We plan to use the Tranquility stream push model for real time ingestion of data for multiple Tenants. As discussed in the docs: http://druid.io/docs/latest/querying/multitenancy.html, We have 2 options here:

  1. Use same datasource for all Tenants.
  2. Use different datasources for each Tenant.
    We also foresee a use case like migrating some Tenant’s data from one Druid cluster to some other Druid cluster.

Question 1) With this requirement, does it make sense to have each Tenant data in different data source?

yeah, IMO It makes sense to have each tenant as different datasource. this will make moving the segments from one cluster to another quite simpler, it would be just copying over the segment metadata for those datasources to the new cluster.

Question 2) And if this is right approach then there seems to be a scalability issue with respect to number of indexing tasks in the setup. For example, with following ingestion spec definition:

  1. segment granularity = 1hr
  2. window period = 10 minutes
  3. partitions = 3
  4. replication = 2

will result in 6 concurrent indexing tasks for each Tenant, and as we have to scope in for intersecting period, druid cluster should have a capacity of 12 workers for each Tenant. So, if the number of tenants keep increasing

This does’t seems to be extendable as we are adding 12 tasks(cores) for each Tenant, so what is the preferred way for segregating the multiple tenants data in Druid, keeping in mind that we might have to migrate one tenant data to other cluster what is the best approach?

You do not need to have 3 partitions for every tenant, for smaller ones you can have only 1 partition, which would mean at least 2 tasks per tenant and you can host multiple tasks per worker node. so the number of actual workers would can be less than the number of tenants.

Question 3) If we go by approach 1 having same datasource for all the Tenants, then is there a mechanism using which we can export a specific tenant(on the basis of some dimension value ) data from Druid, and later on import to some other Druid cluster.

If you really want to have all your data in single datasource and have your tenant name as a dimension, to move the data to a separate cluster, you can reIndex your data using filter to filter out data for the tenants to be moved. (more details on reindexing can be found here - http://druid.io/docs/latest/ingestion/update-existing-data.html)

http://druid.io/docs/0.9.0/querying/multitenancy.html

Hi All,

Need help to create multitenant configuration.
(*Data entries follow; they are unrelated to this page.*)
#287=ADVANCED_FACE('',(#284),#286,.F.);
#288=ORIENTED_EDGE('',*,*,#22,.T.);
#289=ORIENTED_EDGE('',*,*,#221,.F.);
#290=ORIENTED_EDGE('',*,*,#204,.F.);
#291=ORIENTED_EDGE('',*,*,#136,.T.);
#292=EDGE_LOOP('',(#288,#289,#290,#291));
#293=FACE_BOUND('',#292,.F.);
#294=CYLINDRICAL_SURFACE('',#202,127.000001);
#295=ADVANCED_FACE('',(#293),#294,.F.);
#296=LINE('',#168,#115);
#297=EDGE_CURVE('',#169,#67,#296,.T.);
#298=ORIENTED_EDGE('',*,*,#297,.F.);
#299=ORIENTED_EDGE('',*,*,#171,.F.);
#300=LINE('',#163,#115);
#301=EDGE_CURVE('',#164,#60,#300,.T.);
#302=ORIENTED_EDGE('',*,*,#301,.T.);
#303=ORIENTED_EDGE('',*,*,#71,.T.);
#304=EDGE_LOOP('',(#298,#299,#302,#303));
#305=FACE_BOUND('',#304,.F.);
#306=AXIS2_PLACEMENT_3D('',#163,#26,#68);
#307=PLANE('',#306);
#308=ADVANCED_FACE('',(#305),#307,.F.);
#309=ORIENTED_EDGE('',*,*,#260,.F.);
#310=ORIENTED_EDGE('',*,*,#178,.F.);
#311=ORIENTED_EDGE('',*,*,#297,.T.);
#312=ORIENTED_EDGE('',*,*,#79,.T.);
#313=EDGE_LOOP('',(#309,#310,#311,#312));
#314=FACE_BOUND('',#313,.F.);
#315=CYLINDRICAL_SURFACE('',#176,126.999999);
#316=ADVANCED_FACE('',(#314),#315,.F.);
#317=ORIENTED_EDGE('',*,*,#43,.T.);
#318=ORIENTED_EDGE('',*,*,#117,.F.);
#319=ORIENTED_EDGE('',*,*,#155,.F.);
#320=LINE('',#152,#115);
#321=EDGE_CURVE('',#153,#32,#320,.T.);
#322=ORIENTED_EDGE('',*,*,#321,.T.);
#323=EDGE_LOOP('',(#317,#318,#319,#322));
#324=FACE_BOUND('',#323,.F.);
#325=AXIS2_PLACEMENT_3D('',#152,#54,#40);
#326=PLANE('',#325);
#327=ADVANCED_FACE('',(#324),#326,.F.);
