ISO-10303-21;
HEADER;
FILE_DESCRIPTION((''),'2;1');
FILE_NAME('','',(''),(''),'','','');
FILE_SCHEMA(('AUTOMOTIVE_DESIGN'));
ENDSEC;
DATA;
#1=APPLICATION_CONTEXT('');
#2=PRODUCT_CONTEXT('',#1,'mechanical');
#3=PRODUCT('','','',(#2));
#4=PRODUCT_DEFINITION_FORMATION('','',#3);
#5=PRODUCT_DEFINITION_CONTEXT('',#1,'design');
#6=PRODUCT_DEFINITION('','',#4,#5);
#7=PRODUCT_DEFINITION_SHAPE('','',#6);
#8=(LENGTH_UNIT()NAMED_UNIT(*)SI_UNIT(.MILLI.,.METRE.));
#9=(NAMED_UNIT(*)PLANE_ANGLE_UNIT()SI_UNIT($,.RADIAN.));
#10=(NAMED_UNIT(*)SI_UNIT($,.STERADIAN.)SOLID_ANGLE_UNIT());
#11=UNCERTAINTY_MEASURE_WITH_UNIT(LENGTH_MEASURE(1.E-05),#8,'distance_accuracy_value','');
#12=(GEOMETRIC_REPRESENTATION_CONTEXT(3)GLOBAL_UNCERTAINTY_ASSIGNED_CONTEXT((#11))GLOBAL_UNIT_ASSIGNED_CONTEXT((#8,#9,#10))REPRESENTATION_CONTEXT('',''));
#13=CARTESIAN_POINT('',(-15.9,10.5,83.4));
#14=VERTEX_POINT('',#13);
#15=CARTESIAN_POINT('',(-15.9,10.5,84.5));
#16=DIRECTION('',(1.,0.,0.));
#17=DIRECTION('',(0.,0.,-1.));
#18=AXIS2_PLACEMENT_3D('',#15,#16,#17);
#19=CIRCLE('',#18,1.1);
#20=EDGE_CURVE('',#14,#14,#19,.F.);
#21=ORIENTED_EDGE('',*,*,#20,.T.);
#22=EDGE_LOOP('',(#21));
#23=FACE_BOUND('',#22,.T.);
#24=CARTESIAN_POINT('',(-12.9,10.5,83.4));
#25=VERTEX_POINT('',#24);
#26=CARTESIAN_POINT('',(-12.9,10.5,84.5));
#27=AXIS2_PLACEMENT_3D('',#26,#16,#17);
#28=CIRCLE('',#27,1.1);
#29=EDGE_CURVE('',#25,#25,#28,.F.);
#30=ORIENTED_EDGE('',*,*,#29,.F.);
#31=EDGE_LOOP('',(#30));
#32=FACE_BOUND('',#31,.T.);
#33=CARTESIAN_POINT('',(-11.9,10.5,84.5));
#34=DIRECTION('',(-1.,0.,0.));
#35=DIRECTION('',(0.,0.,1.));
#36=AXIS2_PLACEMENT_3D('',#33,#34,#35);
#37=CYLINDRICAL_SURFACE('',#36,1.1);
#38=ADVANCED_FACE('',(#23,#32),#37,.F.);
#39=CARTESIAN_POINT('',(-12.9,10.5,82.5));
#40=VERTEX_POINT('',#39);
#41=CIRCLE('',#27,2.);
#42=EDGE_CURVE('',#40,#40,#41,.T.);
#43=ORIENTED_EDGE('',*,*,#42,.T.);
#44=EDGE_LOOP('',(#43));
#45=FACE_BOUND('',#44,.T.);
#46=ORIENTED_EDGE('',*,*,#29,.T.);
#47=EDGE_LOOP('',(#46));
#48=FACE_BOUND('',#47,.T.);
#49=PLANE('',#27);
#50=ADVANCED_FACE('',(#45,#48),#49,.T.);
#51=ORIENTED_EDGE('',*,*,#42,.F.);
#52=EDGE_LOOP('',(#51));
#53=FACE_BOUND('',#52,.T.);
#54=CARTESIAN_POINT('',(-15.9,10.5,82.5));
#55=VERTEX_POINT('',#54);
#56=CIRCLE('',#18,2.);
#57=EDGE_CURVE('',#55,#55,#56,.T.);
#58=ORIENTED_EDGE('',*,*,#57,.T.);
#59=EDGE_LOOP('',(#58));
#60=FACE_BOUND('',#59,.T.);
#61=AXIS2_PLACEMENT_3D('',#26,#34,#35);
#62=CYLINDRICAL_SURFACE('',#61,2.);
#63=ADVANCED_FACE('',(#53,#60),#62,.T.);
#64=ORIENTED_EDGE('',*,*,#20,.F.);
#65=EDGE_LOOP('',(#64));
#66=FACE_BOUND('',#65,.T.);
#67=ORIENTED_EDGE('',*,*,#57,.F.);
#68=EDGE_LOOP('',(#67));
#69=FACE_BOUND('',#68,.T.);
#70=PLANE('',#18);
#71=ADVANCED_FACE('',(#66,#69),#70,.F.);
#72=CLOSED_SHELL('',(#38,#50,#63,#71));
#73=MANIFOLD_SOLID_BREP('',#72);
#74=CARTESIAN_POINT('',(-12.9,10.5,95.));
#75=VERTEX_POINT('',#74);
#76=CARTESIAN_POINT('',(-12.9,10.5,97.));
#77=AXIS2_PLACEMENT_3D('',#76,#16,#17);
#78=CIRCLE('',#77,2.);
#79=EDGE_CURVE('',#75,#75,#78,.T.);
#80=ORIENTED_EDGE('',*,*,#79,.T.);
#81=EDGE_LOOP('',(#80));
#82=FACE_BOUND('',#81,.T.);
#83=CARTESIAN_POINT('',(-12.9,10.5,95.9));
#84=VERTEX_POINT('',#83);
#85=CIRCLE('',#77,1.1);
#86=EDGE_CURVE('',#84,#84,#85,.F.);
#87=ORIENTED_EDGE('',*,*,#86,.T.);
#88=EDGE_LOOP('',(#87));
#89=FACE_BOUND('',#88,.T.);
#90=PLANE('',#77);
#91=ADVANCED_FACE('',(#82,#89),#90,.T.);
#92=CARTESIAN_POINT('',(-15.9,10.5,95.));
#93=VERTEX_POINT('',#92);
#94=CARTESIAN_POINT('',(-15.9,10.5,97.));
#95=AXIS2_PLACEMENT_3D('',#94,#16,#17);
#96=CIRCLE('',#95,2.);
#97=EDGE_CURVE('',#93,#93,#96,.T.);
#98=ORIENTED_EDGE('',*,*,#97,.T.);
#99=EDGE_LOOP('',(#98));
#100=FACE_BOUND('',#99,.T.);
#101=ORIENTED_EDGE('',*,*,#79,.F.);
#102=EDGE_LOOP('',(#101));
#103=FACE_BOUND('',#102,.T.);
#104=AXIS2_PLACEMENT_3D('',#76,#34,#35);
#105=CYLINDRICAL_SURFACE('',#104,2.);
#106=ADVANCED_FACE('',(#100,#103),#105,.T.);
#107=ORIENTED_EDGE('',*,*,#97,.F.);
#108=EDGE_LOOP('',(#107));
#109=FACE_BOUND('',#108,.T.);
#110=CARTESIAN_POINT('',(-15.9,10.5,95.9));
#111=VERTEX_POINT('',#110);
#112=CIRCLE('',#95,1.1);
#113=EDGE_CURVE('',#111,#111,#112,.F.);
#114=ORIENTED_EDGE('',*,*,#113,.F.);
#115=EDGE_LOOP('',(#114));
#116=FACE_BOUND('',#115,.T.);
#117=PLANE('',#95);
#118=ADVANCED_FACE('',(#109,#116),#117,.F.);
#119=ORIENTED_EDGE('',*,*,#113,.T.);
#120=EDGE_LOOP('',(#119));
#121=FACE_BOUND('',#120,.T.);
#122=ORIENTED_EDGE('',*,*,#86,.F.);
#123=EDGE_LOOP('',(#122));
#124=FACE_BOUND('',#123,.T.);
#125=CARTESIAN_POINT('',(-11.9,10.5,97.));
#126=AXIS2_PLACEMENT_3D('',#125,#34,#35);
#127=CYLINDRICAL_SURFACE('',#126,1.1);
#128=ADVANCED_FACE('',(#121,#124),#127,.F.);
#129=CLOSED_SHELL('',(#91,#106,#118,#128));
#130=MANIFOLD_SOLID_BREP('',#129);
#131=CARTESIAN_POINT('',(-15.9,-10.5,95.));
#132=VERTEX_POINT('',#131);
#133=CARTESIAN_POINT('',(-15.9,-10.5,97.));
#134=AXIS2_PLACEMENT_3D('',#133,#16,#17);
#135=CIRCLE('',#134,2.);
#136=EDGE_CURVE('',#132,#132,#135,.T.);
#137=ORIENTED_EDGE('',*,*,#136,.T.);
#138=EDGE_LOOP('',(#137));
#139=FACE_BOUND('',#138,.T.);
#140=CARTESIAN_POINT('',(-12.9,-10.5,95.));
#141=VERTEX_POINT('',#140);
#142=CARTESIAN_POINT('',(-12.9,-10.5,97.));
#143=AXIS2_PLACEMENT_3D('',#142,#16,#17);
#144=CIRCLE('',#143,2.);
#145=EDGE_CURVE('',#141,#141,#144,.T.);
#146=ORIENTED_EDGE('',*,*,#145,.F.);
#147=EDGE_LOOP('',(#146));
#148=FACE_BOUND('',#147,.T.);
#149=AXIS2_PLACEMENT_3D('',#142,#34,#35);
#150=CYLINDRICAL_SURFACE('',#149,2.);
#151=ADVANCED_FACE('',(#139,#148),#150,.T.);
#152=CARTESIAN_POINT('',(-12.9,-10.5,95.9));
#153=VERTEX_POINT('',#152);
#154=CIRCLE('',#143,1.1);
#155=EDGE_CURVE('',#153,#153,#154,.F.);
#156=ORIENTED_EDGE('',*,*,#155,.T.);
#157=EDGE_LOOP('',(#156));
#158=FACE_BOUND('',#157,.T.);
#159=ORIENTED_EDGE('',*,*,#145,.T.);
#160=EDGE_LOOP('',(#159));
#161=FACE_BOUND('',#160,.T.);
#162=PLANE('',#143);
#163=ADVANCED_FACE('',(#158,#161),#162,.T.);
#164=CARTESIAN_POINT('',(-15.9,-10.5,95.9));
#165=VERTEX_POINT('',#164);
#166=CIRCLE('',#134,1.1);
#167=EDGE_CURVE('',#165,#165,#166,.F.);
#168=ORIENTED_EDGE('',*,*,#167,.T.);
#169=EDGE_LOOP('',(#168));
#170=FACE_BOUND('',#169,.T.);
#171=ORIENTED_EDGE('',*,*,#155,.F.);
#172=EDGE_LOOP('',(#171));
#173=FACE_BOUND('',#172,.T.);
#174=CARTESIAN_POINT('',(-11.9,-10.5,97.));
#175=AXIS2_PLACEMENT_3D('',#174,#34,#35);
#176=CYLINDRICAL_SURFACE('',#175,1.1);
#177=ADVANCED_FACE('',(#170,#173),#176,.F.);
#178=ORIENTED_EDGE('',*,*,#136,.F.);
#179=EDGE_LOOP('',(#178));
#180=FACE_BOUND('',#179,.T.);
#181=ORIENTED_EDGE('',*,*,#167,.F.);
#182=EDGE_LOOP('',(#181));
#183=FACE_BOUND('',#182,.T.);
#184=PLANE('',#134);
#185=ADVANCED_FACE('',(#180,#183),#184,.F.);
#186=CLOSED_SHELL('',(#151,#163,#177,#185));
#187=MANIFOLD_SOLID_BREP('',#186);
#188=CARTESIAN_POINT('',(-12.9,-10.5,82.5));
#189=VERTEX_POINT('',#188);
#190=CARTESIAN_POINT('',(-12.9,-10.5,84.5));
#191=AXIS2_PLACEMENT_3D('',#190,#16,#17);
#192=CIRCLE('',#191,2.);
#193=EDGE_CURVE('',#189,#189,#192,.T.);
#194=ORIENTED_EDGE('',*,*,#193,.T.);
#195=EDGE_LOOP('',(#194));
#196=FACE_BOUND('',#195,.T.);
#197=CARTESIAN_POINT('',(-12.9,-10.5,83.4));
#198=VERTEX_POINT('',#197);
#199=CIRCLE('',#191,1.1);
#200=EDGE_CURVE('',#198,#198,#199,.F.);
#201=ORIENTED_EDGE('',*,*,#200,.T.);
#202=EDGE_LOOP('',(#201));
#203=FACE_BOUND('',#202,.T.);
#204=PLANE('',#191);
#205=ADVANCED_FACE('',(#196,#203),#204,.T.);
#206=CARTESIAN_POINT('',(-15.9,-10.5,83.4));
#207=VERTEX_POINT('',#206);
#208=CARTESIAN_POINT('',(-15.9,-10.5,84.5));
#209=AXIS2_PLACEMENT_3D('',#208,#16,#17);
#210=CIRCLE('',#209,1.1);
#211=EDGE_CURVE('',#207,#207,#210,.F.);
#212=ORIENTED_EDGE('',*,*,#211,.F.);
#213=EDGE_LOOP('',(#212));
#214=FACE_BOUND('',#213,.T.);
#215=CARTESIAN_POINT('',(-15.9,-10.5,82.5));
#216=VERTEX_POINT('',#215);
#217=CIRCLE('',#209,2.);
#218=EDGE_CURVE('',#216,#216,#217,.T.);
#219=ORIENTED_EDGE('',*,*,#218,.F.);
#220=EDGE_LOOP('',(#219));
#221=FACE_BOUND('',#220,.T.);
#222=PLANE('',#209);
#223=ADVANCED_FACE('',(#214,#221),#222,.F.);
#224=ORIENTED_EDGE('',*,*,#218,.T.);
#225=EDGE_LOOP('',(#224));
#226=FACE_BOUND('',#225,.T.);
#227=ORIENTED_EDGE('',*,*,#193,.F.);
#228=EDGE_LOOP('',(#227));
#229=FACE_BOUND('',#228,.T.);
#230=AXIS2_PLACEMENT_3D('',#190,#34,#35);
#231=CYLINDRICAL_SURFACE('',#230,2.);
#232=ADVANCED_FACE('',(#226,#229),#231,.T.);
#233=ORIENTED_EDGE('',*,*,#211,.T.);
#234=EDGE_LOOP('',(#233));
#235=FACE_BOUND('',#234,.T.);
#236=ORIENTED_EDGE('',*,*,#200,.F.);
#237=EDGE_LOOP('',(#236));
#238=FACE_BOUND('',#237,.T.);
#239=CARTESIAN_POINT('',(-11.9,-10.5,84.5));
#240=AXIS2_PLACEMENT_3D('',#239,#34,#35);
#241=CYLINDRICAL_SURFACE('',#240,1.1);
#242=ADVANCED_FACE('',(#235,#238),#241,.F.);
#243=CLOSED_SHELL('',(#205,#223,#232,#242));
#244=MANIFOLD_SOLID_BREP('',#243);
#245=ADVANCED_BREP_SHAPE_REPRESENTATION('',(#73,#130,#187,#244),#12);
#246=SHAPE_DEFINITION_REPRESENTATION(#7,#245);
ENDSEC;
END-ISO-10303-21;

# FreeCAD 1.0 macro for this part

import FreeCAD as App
import Part
import Sketcher
Q = App.Units.Quantity

doc = App.newDocument("Part")
body = doc.addObject("PartDesign::Body", "Body")

# Sketch on YZ plane
sketch1 = body.newObject("Sketcher::SketchObject", "Sketch")
sketch1.AttachmentSupport = (doc.getObject("YZ_Plane"), [""])
sketch1.MapMode = "FlatFace"
sketch1.AttachmentOffset = App.Placement(App.Vector(0, 0, -15.9), App.Rotation())
sketch1.addGeometry(Part.Circle(App.Vector(-10.5, 97, 0), App.Vector(0, 0, 1), 2), False)
sketch1.addConstraint([
    Sketcher.Constraint("Diameter", 0, Q("4 mm")),
    Sketcher.Constraint("DistanceY", -1, 1, 0, 3, Q("97 mm")),
    Sketcher.Constraint("DistanceX", 0, 3, -1, 1, Q("10.5 mm")),
])
pad1 = body.newObject("PartDesign::Pad", "Pad")
pad1.Profile = sketch1
pad1.Length = 3
body2 = doc.addObject("PartDesign::Body", "Body001")

# Sketch on YZ plane
sketch2 = body2.newObject("Sketcher::SketchObject", "Sketch001")
sketch2.AttachmentSupport = (doc.getObject("YZ_Plane001"), [""])
sketch2.MapMode = "FlatFace"
sketch2.AttachmentOffset = App.Placement(App.Vector(0, 0, -15.9), App.Rotation())
sketch2.addGeometry(Part.Circle(App.Vector(-10.5, 84.5, 0), App.Vector(0, 0, 1), 2), False)
sketch2.addConstraint([
    Sketcher.Constraint("Diameter", 0, Q("4 mm")),
    Sketcher.Constraint("DistanceX", 0, 3, -1, 1, Q("10.5 mm")),
    Sketcher.Constraint("DistanceY", -1, 1, 0, 3, Q("84.5 mm")),
])
pad2 = body2.newObject("PartDesign::Pad", "Pad001")
pad2.Profile = sketch2
pad2.Length = 3
body3 = doc.addObject("PartDesign::Body", "Body002")

# Sketch on YZ plane
sketch3 = body3.newObject("Sketcher::SketchObject", "Sketch002")
sketch3.AttachmentSupport = (doc.getObject("YZ_Plane002"), [""])
sketch3.MapMode = "FlatFace"
sketch3.AttachmentOffset = App.Placement(App.Vector(0, 0, -15.9), App.Rotation())
sketch3.addGeometry(Part.Circle(App.Vector(10.5, 97, 0), App.Vector(0, 0, 1), 2), False)
sketch3.addConstraint([
    Sketcher.Constraint("Diameter", 0, Q("4 mm")),
    Sketcher.Constraint("DistanceY", -1, 1, 0, 3, Q("97 mm")),
    Sketcher.Constraint("DistanceX", -1, 1, 0, 3, Q("10.5 mm")),
])
pad3 = body3.newObject("PartDesign::Pad", "Pad002")
pad3.Profile = sketch3
pad3.Length = 3
body4 = doc.addObject("PartDesign::Body", "Body003")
1/Batch Index Task with partitionsSpec. Expecting Segment’s partition to be created separately for each client but its not happening

“tuningConfig”: {

“type”: “hadoop”,

“partitionsSpec”: {

“type”: “dimension”,

“partitionDimension”: “client_id”,

“partitionDimensions”: [

“client_id”

],

“targetPartitionSize”: 2,

“maxPartitionSize”: 3,

“assumeGrouped”: false

},

“jobProperties”: {}

}

when i checked logs

-shardSpec json is not getting picked up.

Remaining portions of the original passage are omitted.